I know my ex would buy me an occasional treat while complaining about my weight and it felt like sabotage when what I really wanted was support, like going with me on a walk or to the gym.


----------



## New_Beginnings (Nov 16, 2015)

I believe in being supportive of your person. If I hardly eat sweets, I wouldn't see the need of bringing sweets into my home. I would go buy a small treat, whenever I felt the urge to do so and be mindful of my person.

Do I think a person should be able to have self control, yes. Does that mean they always will, no. If I want to be a part of my partners journey to succeeding, I would do my part in helping them on their way. 

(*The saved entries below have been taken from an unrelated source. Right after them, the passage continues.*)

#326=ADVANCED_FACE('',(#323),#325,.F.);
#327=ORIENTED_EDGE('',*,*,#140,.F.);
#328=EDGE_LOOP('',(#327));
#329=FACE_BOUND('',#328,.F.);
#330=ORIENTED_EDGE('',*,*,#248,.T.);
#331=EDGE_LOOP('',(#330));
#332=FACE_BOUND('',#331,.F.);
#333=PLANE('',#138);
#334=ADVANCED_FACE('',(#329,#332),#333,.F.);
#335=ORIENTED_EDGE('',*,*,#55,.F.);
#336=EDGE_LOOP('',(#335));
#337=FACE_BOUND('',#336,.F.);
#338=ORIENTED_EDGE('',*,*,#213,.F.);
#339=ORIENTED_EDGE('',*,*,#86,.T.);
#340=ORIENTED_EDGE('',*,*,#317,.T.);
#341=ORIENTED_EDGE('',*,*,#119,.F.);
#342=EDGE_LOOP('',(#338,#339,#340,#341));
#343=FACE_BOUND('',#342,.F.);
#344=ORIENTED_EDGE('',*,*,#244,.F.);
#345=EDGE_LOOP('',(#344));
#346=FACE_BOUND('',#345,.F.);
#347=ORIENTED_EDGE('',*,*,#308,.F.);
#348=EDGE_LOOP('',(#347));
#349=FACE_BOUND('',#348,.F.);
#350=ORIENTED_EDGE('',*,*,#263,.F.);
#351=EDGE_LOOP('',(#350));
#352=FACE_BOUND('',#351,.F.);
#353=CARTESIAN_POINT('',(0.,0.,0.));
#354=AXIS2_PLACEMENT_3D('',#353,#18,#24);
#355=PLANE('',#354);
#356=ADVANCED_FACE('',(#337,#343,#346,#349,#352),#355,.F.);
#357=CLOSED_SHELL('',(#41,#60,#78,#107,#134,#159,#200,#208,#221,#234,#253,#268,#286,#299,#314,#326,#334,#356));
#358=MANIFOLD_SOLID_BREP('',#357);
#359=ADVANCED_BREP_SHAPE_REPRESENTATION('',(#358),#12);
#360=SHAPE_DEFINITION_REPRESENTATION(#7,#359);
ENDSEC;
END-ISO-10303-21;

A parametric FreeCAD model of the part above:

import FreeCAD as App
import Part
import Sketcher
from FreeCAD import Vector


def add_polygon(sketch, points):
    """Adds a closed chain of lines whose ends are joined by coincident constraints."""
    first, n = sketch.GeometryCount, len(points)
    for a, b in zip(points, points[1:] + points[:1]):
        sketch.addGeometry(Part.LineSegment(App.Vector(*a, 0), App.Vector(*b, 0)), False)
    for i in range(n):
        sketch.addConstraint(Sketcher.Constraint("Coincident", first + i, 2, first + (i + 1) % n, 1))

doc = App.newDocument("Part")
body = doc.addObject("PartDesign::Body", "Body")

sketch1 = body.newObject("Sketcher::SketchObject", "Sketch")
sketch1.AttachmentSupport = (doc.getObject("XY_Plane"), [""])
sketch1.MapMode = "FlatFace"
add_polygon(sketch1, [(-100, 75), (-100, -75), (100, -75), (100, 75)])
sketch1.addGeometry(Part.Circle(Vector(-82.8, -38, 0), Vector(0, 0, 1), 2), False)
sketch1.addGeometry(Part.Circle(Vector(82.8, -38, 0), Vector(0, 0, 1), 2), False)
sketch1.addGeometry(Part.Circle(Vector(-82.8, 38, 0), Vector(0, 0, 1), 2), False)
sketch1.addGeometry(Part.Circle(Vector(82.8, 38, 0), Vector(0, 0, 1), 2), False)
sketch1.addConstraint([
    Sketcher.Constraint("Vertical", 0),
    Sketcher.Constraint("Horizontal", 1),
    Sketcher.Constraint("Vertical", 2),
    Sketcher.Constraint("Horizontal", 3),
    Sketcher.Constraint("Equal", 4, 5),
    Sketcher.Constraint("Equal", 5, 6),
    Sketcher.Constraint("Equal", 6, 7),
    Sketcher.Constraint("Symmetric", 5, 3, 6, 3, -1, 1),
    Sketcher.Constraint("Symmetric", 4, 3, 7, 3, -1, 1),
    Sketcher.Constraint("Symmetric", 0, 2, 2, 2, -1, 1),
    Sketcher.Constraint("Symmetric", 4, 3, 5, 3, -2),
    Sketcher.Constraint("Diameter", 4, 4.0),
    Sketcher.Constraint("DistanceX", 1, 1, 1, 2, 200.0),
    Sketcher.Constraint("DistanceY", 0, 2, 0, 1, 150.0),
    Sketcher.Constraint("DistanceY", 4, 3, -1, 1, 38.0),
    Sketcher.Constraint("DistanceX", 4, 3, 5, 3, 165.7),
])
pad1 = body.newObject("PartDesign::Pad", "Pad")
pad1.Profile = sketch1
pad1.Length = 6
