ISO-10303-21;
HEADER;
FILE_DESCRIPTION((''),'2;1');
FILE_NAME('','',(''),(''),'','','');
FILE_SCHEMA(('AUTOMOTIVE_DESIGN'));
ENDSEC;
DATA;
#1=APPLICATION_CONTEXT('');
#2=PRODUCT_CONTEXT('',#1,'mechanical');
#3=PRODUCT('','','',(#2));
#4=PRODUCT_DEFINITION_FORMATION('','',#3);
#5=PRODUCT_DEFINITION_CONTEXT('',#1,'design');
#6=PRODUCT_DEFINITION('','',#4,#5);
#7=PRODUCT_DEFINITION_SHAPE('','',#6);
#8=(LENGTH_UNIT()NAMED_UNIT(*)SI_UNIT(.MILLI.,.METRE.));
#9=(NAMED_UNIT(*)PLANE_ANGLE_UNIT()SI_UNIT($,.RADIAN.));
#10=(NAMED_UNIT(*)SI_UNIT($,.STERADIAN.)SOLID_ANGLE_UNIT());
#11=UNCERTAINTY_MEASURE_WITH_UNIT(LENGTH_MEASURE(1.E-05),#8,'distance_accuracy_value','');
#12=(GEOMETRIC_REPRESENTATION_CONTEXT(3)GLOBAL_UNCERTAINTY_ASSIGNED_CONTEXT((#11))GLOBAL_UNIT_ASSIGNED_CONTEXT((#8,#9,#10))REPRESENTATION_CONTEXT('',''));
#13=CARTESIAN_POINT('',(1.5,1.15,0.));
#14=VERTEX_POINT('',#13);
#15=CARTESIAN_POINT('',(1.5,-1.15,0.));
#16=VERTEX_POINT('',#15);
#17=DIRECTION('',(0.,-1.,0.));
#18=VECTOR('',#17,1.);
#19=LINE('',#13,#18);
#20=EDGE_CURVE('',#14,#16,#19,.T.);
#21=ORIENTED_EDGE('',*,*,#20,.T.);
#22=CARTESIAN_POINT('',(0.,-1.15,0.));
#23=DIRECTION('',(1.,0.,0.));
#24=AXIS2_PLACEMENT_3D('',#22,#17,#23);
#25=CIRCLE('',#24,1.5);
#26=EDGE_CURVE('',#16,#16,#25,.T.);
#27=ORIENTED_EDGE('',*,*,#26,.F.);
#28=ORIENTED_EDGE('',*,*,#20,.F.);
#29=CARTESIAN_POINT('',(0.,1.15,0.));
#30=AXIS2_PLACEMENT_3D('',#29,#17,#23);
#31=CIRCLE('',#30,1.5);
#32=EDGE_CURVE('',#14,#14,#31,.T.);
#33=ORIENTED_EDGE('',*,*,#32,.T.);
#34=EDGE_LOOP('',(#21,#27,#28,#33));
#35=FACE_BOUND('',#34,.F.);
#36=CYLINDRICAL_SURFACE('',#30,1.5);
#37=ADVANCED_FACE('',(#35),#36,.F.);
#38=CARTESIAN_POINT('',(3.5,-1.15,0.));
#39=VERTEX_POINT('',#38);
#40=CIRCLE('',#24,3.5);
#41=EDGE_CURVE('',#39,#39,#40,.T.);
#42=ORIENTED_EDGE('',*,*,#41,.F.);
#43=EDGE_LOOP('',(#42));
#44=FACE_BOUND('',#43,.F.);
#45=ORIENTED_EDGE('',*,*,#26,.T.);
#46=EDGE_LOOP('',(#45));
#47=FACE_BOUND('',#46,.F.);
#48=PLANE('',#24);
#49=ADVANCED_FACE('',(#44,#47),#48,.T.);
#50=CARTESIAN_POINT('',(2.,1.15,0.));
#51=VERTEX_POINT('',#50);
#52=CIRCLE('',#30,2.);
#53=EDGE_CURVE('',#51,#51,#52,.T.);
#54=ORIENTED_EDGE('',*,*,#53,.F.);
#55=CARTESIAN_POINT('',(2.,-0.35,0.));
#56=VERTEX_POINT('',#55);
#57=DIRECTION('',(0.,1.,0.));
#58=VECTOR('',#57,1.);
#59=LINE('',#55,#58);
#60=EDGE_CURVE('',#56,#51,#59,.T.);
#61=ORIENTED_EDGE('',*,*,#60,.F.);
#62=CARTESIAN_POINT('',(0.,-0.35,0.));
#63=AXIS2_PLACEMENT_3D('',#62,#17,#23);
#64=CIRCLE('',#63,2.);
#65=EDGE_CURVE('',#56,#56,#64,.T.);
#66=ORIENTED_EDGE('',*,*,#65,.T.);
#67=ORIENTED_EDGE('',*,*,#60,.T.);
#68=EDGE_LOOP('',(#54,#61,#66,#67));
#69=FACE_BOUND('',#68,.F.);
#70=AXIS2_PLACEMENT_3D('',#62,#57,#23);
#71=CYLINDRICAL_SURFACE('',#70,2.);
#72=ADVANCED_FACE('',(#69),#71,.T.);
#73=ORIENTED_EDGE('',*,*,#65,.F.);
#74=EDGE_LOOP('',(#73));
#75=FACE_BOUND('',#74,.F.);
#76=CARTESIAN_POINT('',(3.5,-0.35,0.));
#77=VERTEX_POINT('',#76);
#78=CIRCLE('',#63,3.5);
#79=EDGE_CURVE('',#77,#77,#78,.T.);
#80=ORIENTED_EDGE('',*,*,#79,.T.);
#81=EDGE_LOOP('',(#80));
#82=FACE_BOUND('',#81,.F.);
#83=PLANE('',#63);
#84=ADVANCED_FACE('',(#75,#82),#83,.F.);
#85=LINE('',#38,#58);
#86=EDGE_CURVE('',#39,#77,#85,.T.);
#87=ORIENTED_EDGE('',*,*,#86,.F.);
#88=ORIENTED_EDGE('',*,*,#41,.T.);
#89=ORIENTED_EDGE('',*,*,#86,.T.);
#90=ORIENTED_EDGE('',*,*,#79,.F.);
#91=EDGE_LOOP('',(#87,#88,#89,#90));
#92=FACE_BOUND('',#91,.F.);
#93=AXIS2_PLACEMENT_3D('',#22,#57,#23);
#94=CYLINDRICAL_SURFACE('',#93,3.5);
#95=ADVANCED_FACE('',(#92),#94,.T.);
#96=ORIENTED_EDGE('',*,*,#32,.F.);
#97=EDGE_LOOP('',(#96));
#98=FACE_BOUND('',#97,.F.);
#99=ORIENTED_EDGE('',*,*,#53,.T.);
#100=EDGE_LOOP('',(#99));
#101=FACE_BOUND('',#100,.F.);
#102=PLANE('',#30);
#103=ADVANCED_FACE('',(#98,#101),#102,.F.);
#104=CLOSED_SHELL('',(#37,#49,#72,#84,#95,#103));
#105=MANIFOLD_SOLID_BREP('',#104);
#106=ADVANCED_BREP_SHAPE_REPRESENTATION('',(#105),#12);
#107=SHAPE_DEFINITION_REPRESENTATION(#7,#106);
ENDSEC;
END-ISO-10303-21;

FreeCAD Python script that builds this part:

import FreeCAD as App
import Part
import Sketcher

V = App.Vector


def add_polygon(sketch, points):
    """Adds a closed chain of lines whose ends are joined by coincident constraints."""
    first, n = sketch.GeometryCount, len(points)
    for a, b in zip(points, points[1:] + points[:1]):
        sketch.addGeometry(Part.LineSegment(App.Vector(*a, 0), App.Vector(*b, 0)), False)
    for i in range(n):
        sketch.addConstraint(Sketcher.Constraint("Coincident", first + i, 2, first + (i + 1) % n, 1))

doc = App.newDocument("Part")
body = doc.addObject("PartDesign::Body", "Body")

sketch1 = body.newObject("Sketcher::SketchObject", "Sketch")
sketch1.AttachmentSupport = (doc.getObject("XY_Plane"), [""])
sketch1.MapMode = "FlatFace"
add_polygon(sketch1, [(2, 1.1), (1.5, 1.1), (1.5, -1.1), (3.5, -1.1), (3.5, -0.3), (2, -0.3)])
sketch1.addConstraint(Sketcher.Constraint("Horizontal", 0))
sketch1.addConstraint(Sketcher.Constraint("Vertical", 1))
sketch1.addConstraint(Sketcher.Constraint("Horizontal", 2))
sketch1.addConstraint(Sketcher.Constraint("Vertical", 3))
sketch1.addConstraint(Sketcher.Constraint("Horizontal", 4))
sketch1.addConstraint(Sketcher.Constraint("Vertical", 5))
sketch1.addConstraint(Sketcher.Constraint("Equal", 4, 5))
sketch1.addConstraint(Sketcher.Constraint("DistanceX", 4, 2, 4, 1, 1.5))
sketch1.addConstraint(Sketcher.Constraint("DistanceY", 3, 1, 3, 2, 0.8))
sketch1.addConstraint(Sketcher.Constraint("DistanceX", -1, 1, 0, 2, 1.5))
sketch1.addConstraint(Sketcher.Constraint("DistanceX", 2, 1, 2, 2, 2.0))
sketch1.addConstraint(Sketcher.Constraint("DistanceY", -1, 1, 0, 2, 1.15))
revolution = body.newObject("PartDesign::Revolution", "Revolution")
revolution.Profile = sketch1
revolution.ReferenceAxis = (sketch1, ["V_Axis"])
revolution.Angle = 360

doc.recompute()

Would you leave alchohl in an alcoholics home, while they are battling temptation and trying to overcome their thought process as to which sets them off, to look for a drink?


----------



## lucy999 (Sep 28, 2014)

Would you keep alcohol in the house if you lived with an alcoholic? Food, for some people, is the same thing. People can be addicted to food. The pisser is, you don't have to consume alcohol to live. With food, obviously you do.

Its not so easy to "get over it." 

That's not to say that nothing should be done about it. Therapy might be a good start, or a group support setting.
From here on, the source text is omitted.